→ **Problem**
Look below for the line holding "v 136.042 12.7 0" and the line holding "v 133.592 9.033 18.256". Transcribe exactly those lines and all lines between them, nothing more.

(Collected data entries)
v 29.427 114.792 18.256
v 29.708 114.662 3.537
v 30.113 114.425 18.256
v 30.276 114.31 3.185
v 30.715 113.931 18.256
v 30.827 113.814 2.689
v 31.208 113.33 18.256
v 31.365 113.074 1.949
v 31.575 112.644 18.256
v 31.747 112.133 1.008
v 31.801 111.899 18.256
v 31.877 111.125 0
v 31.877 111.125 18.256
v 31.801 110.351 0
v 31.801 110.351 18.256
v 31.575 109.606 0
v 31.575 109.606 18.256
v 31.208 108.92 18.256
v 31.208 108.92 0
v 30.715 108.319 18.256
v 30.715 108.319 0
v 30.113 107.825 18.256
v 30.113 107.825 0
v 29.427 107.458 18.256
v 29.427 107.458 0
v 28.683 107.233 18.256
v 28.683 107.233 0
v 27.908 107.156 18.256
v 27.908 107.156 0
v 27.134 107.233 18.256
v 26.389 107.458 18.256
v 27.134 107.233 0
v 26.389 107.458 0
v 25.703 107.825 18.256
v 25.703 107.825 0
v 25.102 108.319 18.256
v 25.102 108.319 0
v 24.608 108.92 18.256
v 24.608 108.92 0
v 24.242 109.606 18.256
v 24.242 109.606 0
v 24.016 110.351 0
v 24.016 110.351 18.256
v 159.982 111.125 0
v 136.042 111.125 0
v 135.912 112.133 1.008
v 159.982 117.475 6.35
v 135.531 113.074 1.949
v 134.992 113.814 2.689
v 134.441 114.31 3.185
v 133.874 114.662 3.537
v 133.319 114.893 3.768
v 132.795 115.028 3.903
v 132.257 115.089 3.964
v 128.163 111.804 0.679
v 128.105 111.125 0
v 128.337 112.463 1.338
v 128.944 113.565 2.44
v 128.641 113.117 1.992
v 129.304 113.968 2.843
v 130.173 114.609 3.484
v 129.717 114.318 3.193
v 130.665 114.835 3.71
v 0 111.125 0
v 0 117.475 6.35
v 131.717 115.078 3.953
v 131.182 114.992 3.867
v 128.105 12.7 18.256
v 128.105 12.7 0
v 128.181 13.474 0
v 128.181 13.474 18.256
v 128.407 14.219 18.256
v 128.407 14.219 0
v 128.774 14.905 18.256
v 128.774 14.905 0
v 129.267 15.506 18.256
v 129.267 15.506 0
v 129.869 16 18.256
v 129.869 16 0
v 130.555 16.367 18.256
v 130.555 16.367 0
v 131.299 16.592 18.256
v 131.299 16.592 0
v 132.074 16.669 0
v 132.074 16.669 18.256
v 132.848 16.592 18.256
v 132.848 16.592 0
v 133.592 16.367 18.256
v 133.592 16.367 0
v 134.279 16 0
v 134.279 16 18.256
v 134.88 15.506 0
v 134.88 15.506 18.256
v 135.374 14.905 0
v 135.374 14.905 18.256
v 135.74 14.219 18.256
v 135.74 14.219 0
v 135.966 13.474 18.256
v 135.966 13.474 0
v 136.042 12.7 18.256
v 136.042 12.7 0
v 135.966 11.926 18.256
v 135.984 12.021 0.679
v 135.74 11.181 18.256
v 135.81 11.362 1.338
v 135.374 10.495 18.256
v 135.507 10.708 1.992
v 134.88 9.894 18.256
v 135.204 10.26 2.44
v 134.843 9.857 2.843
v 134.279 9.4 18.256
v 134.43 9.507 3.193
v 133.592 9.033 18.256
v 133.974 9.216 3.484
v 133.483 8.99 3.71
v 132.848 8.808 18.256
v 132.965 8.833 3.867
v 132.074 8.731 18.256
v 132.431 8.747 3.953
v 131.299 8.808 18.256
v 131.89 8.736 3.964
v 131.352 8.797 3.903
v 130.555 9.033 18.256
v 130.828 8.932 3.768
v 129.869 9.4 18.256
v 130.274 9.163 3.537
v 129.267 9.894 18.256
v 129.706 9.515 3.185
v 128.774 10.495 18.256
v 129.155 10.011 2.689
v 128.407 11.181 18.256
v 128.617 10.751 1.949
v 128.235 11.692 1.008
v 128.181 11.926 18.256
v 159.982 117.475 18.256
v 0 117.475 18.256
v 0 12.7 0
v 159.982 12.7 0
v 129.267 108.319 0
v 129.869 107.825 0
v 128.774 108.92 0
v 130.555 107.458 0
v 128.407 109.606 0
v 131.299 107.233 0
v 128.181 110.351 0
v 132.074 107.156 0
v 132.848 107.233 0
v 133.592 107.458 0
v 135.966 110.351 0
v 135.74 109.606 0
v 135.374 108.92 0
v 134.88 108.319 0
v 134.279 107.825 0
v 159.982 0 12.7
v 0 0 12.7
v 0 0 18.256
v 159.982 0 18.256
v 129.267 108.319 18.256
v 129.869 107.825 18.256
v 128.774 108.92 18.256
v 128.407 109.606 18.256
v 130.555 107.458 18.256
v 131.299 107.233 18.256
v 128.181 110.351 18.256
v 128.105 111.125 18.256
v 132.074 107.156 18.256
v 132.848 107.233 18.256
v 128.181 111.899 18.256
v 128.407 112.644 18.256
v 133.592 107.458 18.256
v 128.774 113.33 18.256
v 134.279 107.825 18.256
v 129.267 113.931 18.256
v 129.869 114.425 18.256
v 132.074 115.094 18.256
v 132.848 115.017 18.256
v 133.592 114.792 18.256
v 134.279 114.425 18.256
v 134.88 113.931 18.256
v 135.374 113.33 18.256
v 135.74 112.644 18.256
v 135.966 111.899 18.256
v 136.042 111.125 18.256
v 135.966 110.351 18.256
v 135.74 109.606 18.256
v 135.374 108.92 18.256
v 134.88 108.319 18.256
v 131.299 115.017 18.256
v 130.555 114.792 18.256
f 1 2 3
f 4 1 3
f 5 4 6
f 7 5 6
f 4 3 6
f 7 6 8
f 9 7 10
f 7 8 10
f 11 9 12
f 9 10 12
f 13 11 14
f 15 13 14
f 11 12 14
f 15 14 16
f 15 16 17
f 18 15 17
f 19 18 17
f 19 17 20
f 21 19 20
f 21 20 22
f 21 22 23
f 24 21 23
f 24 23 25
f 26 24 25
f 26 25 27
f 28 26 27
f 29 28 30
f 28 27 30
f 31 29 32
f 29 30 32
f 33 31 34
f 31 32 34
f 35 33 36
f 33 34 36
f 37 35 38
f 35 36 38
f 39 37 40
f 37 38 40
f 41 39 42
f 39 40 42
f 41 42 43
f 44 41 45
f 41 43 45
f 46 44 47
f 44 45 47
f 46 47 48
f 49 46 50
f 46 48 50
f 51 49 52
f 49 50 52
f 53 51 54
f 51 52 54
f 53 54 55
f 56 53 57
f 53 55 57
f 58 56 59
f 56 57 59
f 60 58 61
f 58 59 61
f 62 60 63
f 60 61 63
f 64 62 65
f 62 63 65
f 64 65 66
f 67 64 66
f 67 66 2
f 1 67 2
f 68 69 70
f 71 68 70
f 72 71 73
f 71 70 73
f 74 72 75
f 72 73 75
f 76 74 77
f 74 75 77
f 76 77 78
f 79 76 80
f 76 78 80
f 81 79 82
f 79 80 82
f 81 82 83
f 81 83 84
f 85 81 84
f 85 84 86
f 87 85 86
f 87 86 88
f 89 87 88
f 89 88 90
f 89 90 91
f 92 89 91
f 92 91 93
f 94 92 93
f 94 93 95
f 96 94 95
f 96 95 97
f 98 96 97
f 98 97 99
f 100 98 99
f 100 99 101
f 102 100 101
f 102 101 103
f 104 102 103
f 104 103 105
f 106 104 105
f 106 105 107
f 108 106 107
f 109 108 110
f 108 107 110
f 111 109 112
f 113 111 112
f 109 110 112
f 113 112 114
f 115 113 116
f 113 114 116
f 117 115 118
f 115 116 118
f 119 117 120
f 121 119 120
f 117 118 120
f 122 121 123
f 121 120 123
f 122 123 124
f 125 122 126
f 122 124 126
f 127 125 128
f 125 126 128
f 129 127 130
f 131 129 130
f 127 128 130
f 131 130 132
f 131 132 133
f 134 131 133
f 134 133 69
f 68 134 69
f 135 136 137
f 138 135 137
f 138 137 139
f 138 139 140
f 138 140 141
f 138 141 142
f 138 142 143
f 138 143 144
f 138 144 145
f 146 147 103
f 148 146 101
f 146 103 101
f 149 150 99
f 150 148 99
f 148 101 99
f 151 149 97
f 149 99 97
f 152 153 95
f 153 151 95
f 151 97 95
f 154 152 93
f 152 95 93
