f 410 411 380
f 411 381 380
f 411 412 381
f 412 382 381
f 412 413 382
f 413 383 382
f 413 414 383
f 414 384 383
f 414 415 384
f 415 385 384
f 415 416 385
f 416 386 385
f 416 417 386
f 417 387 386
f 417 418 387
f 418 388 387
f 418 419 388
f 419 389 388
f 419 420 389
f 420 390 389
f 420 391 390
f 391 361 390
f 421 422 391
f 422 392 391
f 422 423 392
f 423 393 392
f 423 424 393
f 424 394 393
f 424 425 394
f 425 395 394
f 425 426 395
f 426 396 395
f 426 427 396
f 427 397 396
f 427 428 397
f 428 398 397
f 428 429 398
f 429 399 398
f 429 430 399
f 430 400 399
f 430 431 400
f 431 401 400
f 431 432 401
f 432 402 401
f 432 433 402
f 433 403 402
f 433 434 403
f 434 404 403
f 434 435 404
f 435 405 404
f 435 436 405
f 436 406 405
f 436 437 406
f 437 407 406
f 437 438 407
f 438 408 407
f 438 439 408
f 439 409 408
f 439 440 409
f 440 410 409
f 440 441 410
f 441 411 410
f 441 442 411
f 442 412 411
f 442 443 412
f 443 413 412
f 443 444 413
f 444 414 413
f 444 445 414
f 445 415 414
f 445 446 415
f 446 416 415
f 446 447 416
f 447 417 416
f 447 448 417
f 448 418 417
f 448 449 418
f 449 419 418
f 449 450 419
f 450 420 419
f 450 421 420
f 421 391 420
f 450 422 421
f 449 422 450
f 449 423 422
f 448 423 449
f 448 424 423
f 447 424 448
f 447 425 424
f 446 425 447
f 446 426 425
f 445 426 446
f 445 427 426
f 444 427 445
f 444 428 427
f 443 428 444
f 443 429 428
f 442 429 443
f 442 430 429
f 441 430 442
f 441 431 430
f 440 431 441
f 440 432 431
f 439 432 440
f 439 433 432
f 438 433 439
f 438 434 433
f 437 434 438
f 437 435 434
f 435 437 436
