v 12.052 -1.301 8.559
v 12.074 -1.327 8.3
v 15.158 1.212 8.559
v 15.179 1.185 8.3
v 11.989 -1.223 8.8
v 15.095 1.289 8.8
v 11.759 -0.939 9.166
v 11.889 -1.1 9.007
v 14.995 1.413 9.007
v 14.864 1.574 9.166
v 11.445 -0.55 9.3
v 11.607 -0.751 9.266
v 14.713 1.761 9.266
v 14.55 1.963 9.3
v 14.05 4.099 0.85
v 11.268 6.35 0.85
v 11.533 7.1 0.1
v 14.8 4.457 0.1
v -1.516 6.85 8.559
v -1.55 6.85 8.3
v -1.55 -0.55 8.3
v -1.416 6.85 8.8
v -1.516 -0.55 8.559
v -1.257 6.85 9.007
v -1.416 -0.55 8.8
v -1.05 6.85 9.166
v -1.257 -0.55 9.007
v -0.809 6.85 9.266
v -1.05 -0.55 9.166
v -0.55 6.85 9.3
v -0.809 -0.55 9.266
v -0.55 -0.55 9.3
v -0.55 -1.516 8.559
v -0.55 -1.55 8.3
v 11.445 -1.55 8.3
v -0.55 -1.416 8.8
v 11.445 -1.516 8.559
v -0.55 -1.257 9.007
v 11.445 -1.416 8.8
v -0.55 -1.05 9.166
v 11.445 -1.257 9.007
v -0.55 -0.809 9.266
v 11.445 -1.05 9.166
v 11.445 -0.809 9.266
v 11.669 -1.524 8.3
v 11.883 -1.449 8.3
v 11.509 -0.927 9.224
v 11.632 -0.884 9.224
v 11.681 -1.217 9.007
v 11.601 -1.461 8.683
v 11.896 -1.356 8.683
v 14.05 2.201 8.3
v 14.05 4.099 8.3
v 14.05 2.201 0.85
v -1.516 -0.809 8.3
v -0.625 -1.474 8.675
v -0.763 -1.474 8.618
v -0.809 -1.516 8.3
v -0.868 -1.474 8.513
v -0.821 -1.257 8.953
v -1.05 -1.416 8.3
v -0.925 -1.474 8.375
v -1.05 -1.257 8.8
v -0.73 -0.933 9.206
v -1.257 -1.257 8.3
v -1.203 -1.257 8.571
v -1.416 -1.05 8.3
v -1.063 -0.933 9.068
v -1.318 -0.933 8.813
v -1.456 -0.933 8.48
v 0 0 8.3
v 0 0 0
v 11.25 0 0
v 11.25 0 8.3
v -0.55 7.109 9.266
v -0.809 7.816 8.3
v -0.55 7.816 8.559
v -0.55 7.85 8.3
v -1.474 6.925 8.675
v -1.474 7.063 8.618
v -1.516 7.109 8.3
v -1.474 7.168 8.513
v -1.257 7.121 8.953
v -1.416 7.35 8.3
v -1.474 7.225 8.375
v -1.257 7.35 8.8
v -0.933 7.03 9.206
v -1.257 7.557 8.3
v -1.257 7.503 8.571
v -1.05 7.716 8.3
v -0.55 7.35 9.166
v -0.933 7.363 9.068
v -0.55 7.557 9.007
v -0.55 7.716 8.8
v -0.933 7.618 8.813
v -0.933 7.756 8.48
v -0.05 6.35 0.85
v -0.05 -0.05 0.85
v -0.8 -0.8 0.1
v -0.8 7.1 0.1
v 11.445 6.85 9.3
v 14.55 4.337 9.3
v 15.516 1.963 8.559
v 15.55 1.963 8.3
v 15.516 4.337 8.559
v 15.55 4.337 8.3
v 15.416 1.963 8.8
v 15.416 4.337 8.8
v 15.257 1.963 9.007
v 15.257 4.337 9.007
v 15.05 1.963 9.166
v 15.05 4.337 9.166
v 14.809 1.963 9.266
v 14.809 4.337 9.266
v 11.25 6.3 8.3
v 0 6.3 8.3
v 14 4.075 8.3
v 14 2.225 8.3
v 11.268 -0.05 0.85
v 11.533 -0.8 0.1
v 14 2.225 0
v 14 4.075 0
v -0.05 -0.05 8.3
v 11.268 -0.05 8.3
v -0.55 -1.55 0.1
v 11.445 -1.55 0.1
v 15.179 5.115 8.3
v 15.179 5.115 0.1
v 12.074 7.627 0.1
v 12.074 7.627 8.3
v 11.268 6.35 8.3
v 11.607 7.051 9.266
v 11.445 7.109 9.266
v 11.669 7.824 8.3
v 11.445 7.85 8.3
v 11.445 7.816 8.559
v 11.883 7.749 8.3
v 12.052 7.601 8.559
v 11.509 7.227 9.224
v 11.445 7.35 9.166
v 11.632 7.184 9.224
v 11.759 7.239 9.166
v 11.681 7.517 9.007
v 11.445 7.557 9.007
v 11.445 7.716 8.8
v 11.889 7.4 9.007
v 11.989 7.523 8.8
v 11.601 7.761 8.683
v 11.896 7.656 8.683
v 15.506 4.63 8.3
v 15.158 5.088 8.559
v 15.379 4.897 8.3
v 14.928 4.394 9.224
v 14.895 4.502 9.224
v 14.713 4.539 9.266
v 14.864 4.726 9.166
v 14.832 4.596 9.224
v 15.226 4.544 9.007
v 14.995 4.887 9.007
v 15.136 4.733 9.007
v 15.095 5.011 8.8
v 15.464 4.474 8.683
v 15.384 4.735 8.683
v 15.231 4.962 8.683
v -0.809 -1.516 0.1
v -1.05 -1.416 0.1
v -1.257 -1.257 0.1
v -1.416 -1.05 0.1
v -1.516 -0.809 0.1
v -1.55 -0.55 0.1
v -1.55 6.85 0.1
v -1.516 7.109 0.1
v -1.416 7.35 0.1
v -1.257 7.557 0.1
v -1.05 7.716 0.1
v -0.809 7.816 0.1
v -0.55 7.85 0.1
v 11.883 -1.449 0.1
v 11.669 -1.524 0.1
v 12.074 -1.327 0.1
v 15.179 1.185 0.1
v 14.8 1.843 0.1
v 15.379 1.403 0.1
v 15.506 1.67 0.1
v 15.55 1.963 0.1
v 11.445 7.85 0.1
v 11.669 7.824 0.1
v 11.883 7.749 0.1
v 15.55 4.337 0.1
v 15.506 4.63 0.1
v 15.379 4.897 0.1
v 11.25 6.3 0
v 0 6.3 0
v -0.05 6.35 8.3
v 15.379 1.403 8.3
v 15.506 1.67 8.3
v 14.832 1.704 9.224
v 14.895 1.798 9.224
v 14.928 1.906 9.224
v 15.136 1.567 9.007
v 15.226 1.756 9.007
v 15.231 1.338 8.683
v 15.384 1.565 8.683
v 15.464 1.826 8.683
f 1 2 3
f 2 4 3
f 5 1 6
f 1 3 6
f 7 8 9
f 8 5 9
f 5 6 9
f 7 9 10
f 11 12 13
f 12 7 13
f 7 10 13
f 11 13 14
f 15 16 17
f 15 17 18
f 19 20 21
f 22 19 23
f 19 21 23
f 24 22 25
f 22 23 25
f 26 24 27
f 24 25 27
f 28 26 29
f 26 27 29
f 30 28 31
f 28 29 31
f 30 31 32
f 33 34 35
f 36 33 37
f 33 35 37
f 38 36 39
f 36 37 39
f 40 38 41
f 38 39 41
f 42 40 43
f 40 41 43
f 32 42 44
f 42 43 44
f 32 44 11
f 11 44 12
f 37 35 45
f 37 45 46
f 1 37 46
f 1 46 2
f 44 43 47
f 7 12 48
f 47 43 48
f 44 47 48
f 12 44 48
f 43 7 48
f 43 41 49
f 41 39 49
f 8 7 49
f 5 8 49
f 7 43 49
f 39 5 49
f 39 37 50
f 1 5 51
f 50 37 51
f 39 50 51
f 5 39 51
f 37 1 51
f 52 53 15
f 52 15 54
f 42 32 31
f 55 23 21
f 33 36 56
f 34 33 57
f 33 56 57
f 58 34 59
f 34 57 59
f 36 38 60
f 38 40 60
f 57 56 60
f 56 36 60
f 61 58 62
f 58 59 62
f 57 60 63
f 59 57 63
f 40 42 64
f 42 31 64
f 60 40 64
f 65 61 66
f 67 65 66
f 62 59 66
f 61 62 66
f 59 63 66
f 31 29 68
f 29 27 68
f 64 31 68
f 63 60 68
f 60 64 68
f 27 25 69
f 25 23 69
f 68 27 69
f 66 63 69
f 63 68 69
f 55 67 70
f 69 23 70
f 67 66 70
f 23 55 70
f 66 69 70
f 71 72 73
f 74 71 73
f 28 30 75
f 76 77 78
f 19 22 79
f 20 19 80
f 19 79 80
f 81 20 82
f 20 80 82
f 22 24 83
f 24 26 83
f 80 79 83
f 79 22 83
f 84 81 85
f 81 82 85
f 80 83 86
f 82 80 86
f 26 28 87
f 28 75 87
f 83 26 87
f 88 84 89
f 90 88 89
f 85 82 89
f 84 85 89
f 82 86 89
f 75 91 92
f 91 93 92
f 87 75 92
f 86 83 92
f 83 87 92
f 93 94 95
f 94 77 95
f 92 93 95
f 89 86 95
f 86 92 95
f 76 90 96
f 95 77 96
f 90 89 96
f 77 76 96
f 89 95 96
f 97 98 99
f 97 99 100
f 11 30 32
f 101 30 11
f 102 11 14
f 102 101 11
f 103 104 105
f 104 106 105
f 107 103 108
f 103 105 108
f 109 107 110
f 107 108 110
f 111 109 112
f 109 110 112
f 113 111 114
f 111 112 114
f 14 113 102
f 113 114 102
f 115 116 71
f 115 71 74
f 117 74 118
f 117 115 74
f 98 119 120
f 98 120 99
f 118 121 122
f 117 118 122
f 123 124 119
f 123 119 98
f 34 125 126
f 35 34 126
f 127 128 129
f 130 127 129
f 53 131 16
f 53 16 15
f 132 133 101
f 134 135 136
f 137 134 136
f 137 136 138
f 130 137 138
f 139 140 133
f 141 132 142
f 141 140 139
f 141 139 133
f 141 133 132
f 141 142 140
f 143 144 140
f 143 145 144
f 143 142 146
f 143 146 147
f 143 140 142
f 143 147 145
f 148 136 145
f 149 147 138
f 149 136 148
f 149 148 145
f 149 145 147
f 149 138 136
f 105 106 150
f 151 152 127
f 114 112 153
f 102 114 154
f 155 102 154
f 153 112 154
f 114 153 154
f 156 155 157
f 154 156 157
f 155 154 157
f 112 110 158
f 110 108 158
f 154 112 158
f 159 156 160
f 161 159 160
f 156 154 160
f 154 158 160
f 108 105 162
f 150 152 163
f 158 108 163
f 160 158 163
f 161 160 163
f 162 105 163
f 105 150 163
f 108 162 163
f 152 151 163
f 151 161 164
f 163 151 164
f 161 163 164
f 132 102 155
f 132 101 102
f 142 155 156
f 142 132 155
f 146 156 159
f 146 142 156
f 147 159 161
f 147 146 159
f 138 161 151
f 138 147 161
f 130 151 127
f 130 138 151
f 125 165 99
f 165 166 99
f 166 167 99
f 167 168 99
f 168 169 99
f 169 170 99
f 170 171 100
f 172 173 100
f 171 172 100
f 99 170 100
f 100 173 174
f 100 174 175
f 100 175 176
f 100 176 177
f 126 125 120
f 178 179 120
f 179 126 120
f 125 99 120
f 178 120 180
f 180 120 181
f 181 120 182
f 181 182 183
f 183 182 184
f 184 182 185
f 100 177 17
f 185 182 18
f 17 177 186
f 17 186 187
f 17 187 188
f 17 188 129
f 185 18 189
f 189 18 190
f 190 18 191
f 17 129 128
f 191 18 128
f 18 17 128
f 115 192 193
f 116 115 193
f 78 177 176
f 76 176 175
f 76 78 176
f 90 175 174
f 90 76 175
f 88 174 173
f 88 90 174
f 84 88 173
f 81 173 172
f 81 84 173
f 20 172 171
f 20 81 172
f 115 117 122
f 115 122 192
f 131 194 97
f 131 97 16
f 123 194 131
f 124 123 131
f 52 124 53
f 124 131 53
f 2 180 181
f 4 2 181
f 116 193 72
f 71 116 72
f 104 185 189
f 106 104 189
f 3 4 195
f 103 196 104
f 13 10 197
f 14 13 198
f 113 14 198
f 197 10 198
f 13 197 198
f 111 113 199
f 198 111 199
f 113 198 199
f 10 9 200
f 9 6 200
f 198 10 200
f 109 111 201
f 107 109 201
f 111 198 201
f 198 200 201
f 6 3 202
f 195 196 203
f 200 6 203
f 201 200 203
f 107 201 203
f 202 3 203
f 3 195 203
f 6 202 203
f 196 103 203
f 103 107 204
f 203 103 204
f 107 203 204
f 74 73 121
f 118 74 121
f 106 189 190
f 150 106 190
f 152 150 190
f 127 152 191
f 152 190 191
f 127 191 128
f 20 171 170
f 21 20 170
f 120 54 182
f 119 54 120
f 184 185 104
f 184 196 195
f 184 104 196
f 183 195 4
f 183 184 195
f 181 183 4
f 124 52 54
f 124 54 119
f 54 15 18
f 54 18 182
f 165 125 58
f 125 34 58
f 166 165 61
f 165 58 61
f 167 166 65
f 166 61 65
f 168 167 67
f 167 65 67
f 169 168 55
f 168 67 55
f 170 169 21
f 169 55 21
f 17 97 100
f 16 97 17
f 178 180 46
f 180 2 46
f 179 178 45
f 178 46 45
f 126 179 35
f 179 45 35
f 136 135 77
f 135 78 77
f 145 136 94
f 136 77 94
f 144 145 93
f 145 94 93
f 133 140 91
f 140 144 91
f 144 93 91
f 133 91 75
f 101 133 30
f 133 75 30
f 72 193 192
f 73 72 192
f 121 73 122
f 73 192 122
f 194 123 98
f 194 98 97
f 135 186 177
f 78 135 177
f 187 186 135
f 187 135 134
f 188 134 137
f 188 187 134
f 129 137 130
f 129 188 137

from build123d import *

# Parameters (mm, degrees)
F1_DEPTH = 8.3
F3_DEPTH = 8.2
F5_DEPTH = 1
F6_R     = 1
F7_SIZE  = 0.75


with BuildPart() as f1:
    # F0 (on Top) → F1 (new body)
    with BuildSketch(Plane.XY):
        Polygon((0, 6.3), (0, 0), (11.25, 0), (14, 2.225), (14, 4.075), (11.25, 6.3), align=None)
    extrude(amount=F1_DEPTH)


with BuildPart() as f3:
    # F2 (on face) → F3 (new body)
    with BuildSketch(Plane.XY.offset(8.3)):
        Polygon((-1.55, 7.85), (-1.55, -1.55), (11.7985185798, -1.55), (15.55, 1.4852895127), (15.55, 4.8147104873), (11.7985185798, 7.85), align=None)
        Polygon((11.2676941477, -0.05), (-0.05, -0.05), (-0.05, 6.35), (11.2676941477, 6.35), (14.05, 4.0988616286), (14.05, 2.2011383714), align=None, mode=Mode.SUBTRACT)
    extrude(amount=-F3_DEPTH)

    # F4 (on face) → F5 (join)
    with BuildSketch(Plane.XY.offset(8.3)):
        Polygon((11.7985185798, 7.85), (-1.55, 7.85), (-1.55, -1.55), (11.7985185798, -1.55), (15.55, 1.4852895127), (15.55, 4.8147104873), align=None)
    extrude(amount=F5_DEPTH)

    # F6
    f6_edges = [f3.edges().sort_by_distance(p)[0] for p in [
        (5.124259, 7.85, 9.3),
        (-1.55, 3.15, 9.3),
        (5.124259, -1.55, 9.3),
        (13.674259, -0.032355, 9.3),
        (15.55, 3.15, 9.3),
        (13.674259, 6.332355, 9.3),
        (-1.55, -1.55, 4.7),
        (-1.55, 7.85, 4.7),
        (11.798519, 7.85, 4.7),
        (15.55, 4.81471, 4.7),
        (15.55, 1.48529, 4.7),
        (11.798519, -1.55, 4.7),
    ]]
    fillet(f6_edges, radius=F6_R)

    # F7
    f7_edges = [f3.edges().sort_by_distance(p)[0] for p in [
        (12.658847, 1.075569, 0.1),
        (14.05, 3.15, 0.1),
        (12.658847, 5.224431, 0.1),
        (5.608847, 6.35, 0.1),
        (-0.05, 3.15, 0.1),
        (5.608847, -0.05, 0.1),
    ]]
    chamfer(f7_edges, length=F7_SIZE)


solid = Compound([f1.part, f3.part])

→ **Exercise result**
v 136.042 12.7 0
v 135.966 11.926 18.256
v 135.984 12.021 0.679
v 135.74 11.181 18.256
v 135.81 11.362 1.338
v 135.374 10.495 18.256
v 135.507 10.708 1.992
v 134.88 9.894 18.256
v 135.204 10.26 2.44
v 134.843 9.857 2.843
v 134.279 9.4 18.256
v 134.43 9.507 3.193
v 133.592 9.033 18.256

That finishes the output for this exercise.